If you have verified that your code cannot have a buffer overrun error in the Standard Library functions that trigger this warning, you may want to turn this warning off. To turn off warnings for these functions, define _SCL_SECURE_NO_WARNINGS.

Checked iterators enabled

C4996 can also occur if you do not use a checked iterator when compiling with _ITERATOR_DEBUG_LEVEL defined as 1 or 2. It is set to 2 by default for debug mode builds, and to 0 for retail builds. See Checked Iterators for more information.

// C4996_checked.cpp
// compile with: /EHsc /W4 /MDd C4996_checked.cpp
#define _ITERATOR_DEBUG_LEVEL 2

#include <algorithm>
#include <iterator>

using namespace std;
using namespace stdext;

int main() {
    int a[] = { 1, 2, 3 };
    int b[] = { 10, 11, 12 };
    copy(a, a + 3, b + 1);   // C4996
    // try the following line instead:
    // copy(a, a + 3, checked_array_iterator<int *>(b, 3));   // OK
}

Unsafe MFC or ATL code

C4996 can also occur if you use MFC or ATL functions that were deprecated for security reasons.

To fix this issue, we strongly recommend you change your code to use updated functions instead.

For information on how to suppress these warnings, see _AFX_SECURE_NO_WARNINGS.

Obsolete CRT functions and variables

This function or variable has been superceded by newer library or operating system functionality. Consider using new_item instead. See online help for details.

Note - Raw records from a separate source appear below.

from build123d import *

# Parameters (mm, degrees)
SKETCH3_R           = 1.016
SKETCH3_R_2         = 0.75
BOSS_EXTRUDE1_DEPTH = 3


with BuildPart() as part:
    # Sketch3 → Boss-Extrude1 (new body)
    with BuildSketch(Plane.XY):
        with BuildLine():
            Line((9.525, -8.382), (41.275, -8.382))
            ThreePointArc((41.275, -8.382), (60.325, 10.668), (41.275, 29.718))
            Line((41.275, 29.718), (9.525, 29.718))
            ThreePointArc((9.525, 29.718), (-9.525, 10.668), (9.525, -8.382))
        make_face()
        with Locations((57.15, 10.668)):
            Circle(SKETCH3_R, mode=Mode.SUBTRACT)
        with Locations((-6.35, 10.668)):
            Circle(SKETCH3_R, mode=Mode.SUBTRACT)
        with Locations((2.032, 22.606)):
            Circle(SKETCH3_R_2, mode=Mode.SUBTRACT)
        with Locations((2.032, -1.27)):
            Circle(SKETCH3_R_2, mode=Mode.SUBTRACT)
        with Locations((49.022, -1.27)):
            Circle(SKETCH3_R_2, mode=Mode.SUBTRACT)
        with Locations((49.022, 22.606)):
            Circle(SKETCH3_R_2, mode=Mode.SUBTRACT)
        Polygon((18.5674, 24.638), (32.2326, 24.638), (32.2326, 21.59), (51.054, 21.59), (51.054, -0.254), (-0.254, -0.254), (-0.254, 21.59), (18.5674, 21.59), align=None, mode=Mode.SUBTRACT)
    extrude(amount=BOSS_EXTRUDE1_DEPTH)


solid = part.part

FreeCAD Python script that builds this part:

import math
import FreeCAD as App
import Part
import Sketcher

V = App.Vector
Q = App.Units.Quantity


def add_polygon(sketch, points):
    """Adds a closed chain of lines whose ends are joined by coincident constraints."""
    first, n = sketch.GeometryCount, len(points)
    for a, b in zip(points, points[1:] + points[:1]):
        sketch.addGeometry(Part.LineSegment(App.Vector(*a, 0), App.Vector(*b, 0)), False)
    for i in range(n):
        sketch.addConstraint(Sketcher.Constraint("Coincident", first + i, 2, first + (i + 1) % n, 1))

doc = App.newDocument("Part")
body = doc.addObject("PartDesign::Body", "Body")

# Sketch on XY plane
sketch1 = body.newObject("Sketcher::SketchObject", "Sketch")
sketch1.AttachmentSupport = (doc.getObject("XY_Plane"), [""])
sketch1.MapMode = "FlatFace"
sketch1.addGeometry(Part.LineSegment(V(9.525, -8.382, 0), V(41.275, -8.382, 0)), False)  # 0
sketch1.addGeometry(Part.ArcOfCircle(Part.Circle(V(41.275, 10.668, 0), V(0, 0, 1), 19.05), math.radians(-90), math.radians(90)), False)  # 1
sketch1.addGeometry(Part.LineSegment(V(41.275, 29.718, 0), V(9.525, 29.718, 0)), False)  # 2
sketch1.addGeometry(Part.ArcOfCircle(Part.Circle(V(9.525, 10.668, 0), V(0, 0, 1), 19.05), math.radians(90), math.radians(270)), False)  # 3
sketch1.addGeometry(Part.Circle(V(2.032, -1.27, 0), V(0, 0, 1), 0.75), False)  # 4
sketch1.addGeometry(Part.Circle(V(-6.35, 10.668, 0), V(0, 0, 1), 1.016), False)  # 5
sketch1.addGeometry(Part.Circle(V(49.022, -1.27, 0), V(0, 0, 1), 0.75), False)  # 6
sketch1.addGeometry(Part.Circle(V(57.15, 10.668, 0), V(0, 0, 1), 1.016), False)  # 7
sketch1.addGeometry(Part.Circle(V(2.032, 22.606, 0), V(0, 0, 1), 0.75), False)  # 8
add_polygon(sketch1, [(18.5674, 21.59), (18.5674, 24.638), (32.2326, 24.638), (32.2326, 21.59), (51.054, 21.59), (51.054, -0.254), (-0.254, -0.254), (-0.254, 21.59)])  # lines 9-16
sketch1.addGeometry(Part.Circle(V(49.022, 22.606, 0), V(0, 0, 1), 0.75), False)  # 17
sketch1.addConstraint([
    Sketcher.Constraint("Tangent", 0, 2, 1, 1),
    Sketcher.Constraint("Tangent", 1, 2, 2, 1),
    Sketcher.Constraint("Tangent", 2, 2, 3, 1),
    Sketcher.Constraint("Tangent", 3, 2, 0, 1),
    Sketcher.Constraint("Horizontal", 0),
    Sketcher.Constraint("Horizontal", 2),
    Sketcher.Constraint("Vertical", 9),
    Sketcher.Constraint("Horizontal", 10),
    Sketcher.Constraint("Vertical", 11),
    Sketcher.Constraint("Horizontal", 12),
    Sketcher.Constraint("Vertical", 13),
    Sketcher.Constraint("Horizontal", 14),
    Sketcher.Constraint("Vertical", 15),
    Sketcher.Constraint("Horizontal", 16),
    Sketcher.Constraint("Equal", 4, 6),
    Sketcher.Constraint("Equal", 5, 7),
    Sketcher.Constraint("Equal", 6, 8),
    Sketcher.Constraint("Equal", 8, 17),
    Sketcher.Constraint("Horizontal", 3, 3, 5, 3),
    Sketcher.Constraint("Horizontal", 4, 3, 6, 3),
    Sketcher.Constraint("Horizontal", 5, 3, 7, 3),
    Sketcher.Constraint("Horizontal", 8, 3, 17, 3),
    Sketcher.Constraint("Horizontal", 12, 2, 15, 2),
    Sketcher.Constraint("Vertical", 4, 3, 8, 3),
    Sketcher.Constraint("Vertical", 6, 3, 17, 3),
    Sketcher.Constraint("Equal", 12, 16),
    Sketcher.Constraint("Diameter", 5, Q("0.08 in")),
    Sketcher.Constraint("Radius", 1, Q("0.75 in")),
    Sketcher.Constraint("DistanceX", 0, 1, 0, 2, Q("1.25 in")),
    Sketcher.Constraint("DistanceX", 14, 2, 14, 1, Q("2.02 in")),
    Sketcher.Constraint("DistanceY", 9, 1, 9, 2, Q("0.12 in")),
    Sketcher.Constraint("DistanceY", 13, 2, 13, 1, Q("0.86 in")),
    Sketcher.Constraint("DistanceX", 5, 3, 7, 3, Q("2.5 in")),
    Sketcher.Constraint("DistanceY", 9, 2, 2, 2, Q("0.2 in")),
    Sketcher.Constraint("DistanceY", 14, 2, 8, 3, Q("0.9 in")),
    Sketcher.Constraint("Diameter", 4, 1.5),
    Sketcher.Constraint("DistanceX", 10, 1, 10, 2, Q("0.538 in")),
    Sketcher.Constraint("DistanceY", -1, 1, 1, 3, Q("0.42 in")),
    Sketcher.Constraint("DistanceX", -1, 1, 4, 3, Q("0.08 in")),
    Sketcher.Constraint("DistanceY", 4, 3, -1, 1, Q("0.05 in")),
    Sketcher.Constraint("DistanceX", 5, 3, -1, 1, Q("0.25 in")),
    Sketcher.Constraint("DistanceX", -1, 1, 6, 3, Q("1.93 in")),
    Sketcher.Constraint("DistanceX", -1, 1, 12, 2, Q("2.01 in")),
    Sketcher.Constraint("DistanceX", -1, 1, 1, 3, Q("1.625 in")),
])
pad1 = body.newObject("PartDesign::Pad", "Pad")
pad1.Profile = sketch1
pad1.Length = 3

doc.recompute()
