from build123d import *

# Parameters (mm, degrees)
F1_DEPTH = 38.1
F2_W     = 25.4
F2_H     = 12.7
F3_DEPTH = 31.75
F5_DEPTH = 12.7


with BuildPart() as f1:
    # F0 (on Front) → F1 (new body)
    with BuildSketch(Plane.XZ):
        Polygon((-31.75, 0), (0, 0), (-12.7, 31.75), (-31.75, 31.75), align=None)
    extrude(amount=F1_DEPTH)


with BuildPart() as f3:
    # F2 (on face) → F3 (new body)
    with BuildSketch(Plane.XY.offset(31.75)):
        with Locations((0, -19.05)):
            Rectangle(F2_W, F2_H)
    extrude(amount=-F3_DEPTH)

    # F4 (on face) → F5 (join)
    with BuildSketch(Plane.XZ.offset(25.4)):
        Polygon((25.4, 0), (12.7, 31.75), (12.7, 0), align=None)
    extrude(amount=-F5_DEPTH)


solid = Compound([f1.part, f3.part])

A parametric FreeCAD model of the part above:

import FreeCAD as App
import Part
import Sketcher

V = App.Vector
Q = App.Units.Quantity

doc = App.newDocument("Part")
params = doc.addObject("Spreadsheet::Sheet", "Params")
for row, (alias, value) in enumerate([
    ("sketch1_width", "1.25 in"),
    ("sketch1_width2", "0.75 in"),
    ("pad1_length", "1.5 in"),
    ("sketch2_width", "1 in"),
    ("sketch2_height", "0.5 in"),
    ("pad2_length", "1.25 in"),
    ("sketch3_width", "0.5 in"),
    ("sketch3_height", "1.25 in"),
    ("pad3_length", "0.5 in"),
], start=1):
    params.set(f"A{row}", alias)
    params.set(f"B{row}", "=" + value)
    params.setAlias(f"B{row}", alias)

body = doc.addObject("PartDesign::Body", "Body")

# Sketch on XZ plane
sketch1 = body.newObject("Sketcher::SketchObject", "Sketch")
sketch1.AttachmentSupport = (doc.getObject("XZ_Plane"), [""])
sketch1.MapMode = "FlatFace"
sketch1.addGeometry(Part.LineSegment(V(-31.75, 0, 0), V(0, 0, 0)), False)
sketch1.addGeometry(Part.LineSegment(V(0, 0, 0), V(-12.7, 31.75, 0)), False)
sketch1.addGeometry(Part.LineSegment(V(-12.7, 31.75, 0), V(-31.75, 31.75, 0)), False)
sketch1.addGeometry(Part.LineSegment(V(-31.75, 31.75, 0), V(-31.75, 0, 0)), False)
sketch1.addConstraint(Sketcher.Constraint("Coincident", 0, 2, 1, 1))
sketch1.addConstraint(Sketcher.Constraint("Coincident", 1, 2, 2, 1))
sketch1.addConstraint(Sketcher.Constraint("Coincident", 2, 2, 3, 1))
sketch1.addConstraint(Sketcher.Constraint("Coincident", 3, 2, 0, 1))
sketch1.addConstraint(Sketcher.Constraint("Horizontal", 0))
sketch1.addConstraint(Sketcher.Constraint("Horizontal", 2))
sketch1.addConstraint(Sketcher.Constraint("Vertical", 3))
sketch1.addConstraint(Sketcher.Constraint("Coincident", 0, 2, -1, 1))
sketch1.addConstraint(Sketcher.Constraint("Equal", 0, 3))
sketch1.addConstraint(Sketcher.Constraint("DistanceX", 0, 1, 0, 2, Q("1.25 in")))
sketch1.addConstraint(Sketcher.Constraint("DistanceX", 2, 2, 2, 1, Q("0.75 in")))
sketch1.setExpression("Constraints[9]", "Params.sketch1_width")
sketch1.setExpression("Constraints[10]", "Params.sketch1_width2")
pad1 = body.newObject("PartDesign::Pad", "Pad")
pad1.Profile = sketch1
pad1.setExpression("Length", "Params.pad1_length")
body2 = doc.addObject("PartDesign::Body", "Body001")

# Sketch on XY plane
sketch2 = body2.newObject("Sketcher::SketchObject", "Sketch001")
sketch2.AttachmentSupport = (doc.getObject("XY_Plane001"), [""])
sketch2.MapMode = "FlatFace"
sketch2.AttachmentOffset = App.Placement(V(0, 0, 1.25 * 25.4), App.Rotation())
sketch2.addGeometry(Part.LineSegment(V(-12.7, -12.7, 0), V(-12.7, -25.4, 0)), False)
sketch2.addGeometry(Part.LineSegment(V(-12.7, -25.4, 0), V(12.7, -25.4, 0)), False)
sketch2.addGeometry(Part.LineSegment(V(12.7, -25.4, 0), V(12.7, -12.7, 0)), False)
sketch2.addGeometry(Part.LineSegment(V(12.7, -12.7, 0), V(-12.7, -12.7, 0)), False)
sketch2.addConstraint(Sketcher.Constraint("Coincident", 0, 2, 1, 1))
sketch2.addConstraint(Sketcher.Constraint("Coincident", 1, 2, 2, 1))
sketch2.addConstraint(Sketcher.Constraint("Coincident", 2, 2, 3, 1))
sketch2.addConstraint(Sketcher.Constraint("Coincident", 3, 2, 0, 1))
sketch2.addConstraint(Sketcher.Constraint("Vertical", 0))
sketch2.addConstraint(Sketcher.Constraint("Horizontal", 1))
sketch2.addConstraint(Sketcher.Constraint("Vertical", 2))
sketch2.addConstraint(Sketcher.Constraint("Horizontal", 3))
sketch2.addConstraint(Sketcher.Constraint("DistanceX", 1, 1, 1, 2, Q("1 in")))
sketch2.addConstraint(Sketcher.Constraint("DistanceY", 0, 2, 0, 1, Q("0.5 in")))
sketch2.addConstraint(Sketcher.Constraint("DistanceY", 0, 2, -1, 1, Q("1 in")))
sketch2.addConstraint(Sketcher.Constraint("DistanceX", 0, 2, -1, 1, Q("0.5 in")))
sketch2.setExpression("Constraints[8]", "Params.sketch2_width")
sketch2.setExpression("Constraints[9]", "Params.sketch2_height")
pad2 = body2.newObject("PartDesign::Pad", "Pad001")
pad2.Profile = sketch2
pad2.setExpression("Length", "Params.pad2_length")
pad2.Reversed = True

# Sketch on XZ plane
sketch3 = body2.newObject("Sketcher::SketchObject", "Sketch002")
sketch3.AttachmentSupport = (doc.getObject("XZ_Plane001"), [""])
sketch3.MapMode = "FlatFace"
sketch3.AttachmentOffset = App.Placement(V(0, 0, 1 * 25.4), App.Rotation())
sketch3.addGeometry(Part.LineSegment(V(25.4, 0, 0), V(12.7, 31.75, 0)), False)
sketch3.addGeometry(Part.LineSegment(V(12.7, 31.75, 0), V(12.7, 0, 0)), False)
sketch3.addGeometry(Part.LineSegment(V(12.7, 0, 0), V(25.4, 0, 0)), False)
sketch3.addConstraint(Sketcher.Constraint("Coincident", 0, 2, 1, 1))
sketch3.addConstraint(Sketcher.Constraint("Coincident", 1, 2, 2, 1))
sketch3.addConstraint(Sketcher.Constraint("Coincident", 2, 2, 0, 1))
sketch3.addConstraint(Sketcher.Constraint("Vertical", 1))
sketch3.addConstraint(Sketcher.Constraint("Horizontal", 2))
sketch3.addConstraint(Sketcher.Constraint("PointOnObject", 1, 2, -1))
sketch3.addConstraint(Sketcher.Constraint("DistanceX", 2, 1, 2, 2, Q("0.5 in")))
sketch3.addConstraint(Sketcher.Constraint("DistanceX", -1, 1, 2, 2, Q("1 in")))
sketch3.addConstraint(Sketcher.Constraint("DistanceY", 1, 2, 1, 1, Q("1.25 in")))
sketch3.setExpression("Constraints[6]", "Params.sketch3_width")
sketch3.setExpression("Constraints[8]", "Params.sketch3_height")
pad3 = body2.newObject("PartDesign::Pad", "Pad002")
pad3.Profile = sketch3
pad3.setExpression("Length", "Params.pad3_length")
pad3.Reversed = True

doc.recompute()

Some library functions and global variables are deprecated as obsolete. These functions and variables may be removed in a future version of the library. The compiler issues a deprecation warning for these items, and suggests the preferred alternative.

To fix this issue, we recommend you change your code to use the suggested function or variable.

To turn off deprecation warnings for these items, define _CRT_OBSOLETE_NO_WARNINGS. For more information, see the documentation for the deprecated function or variable.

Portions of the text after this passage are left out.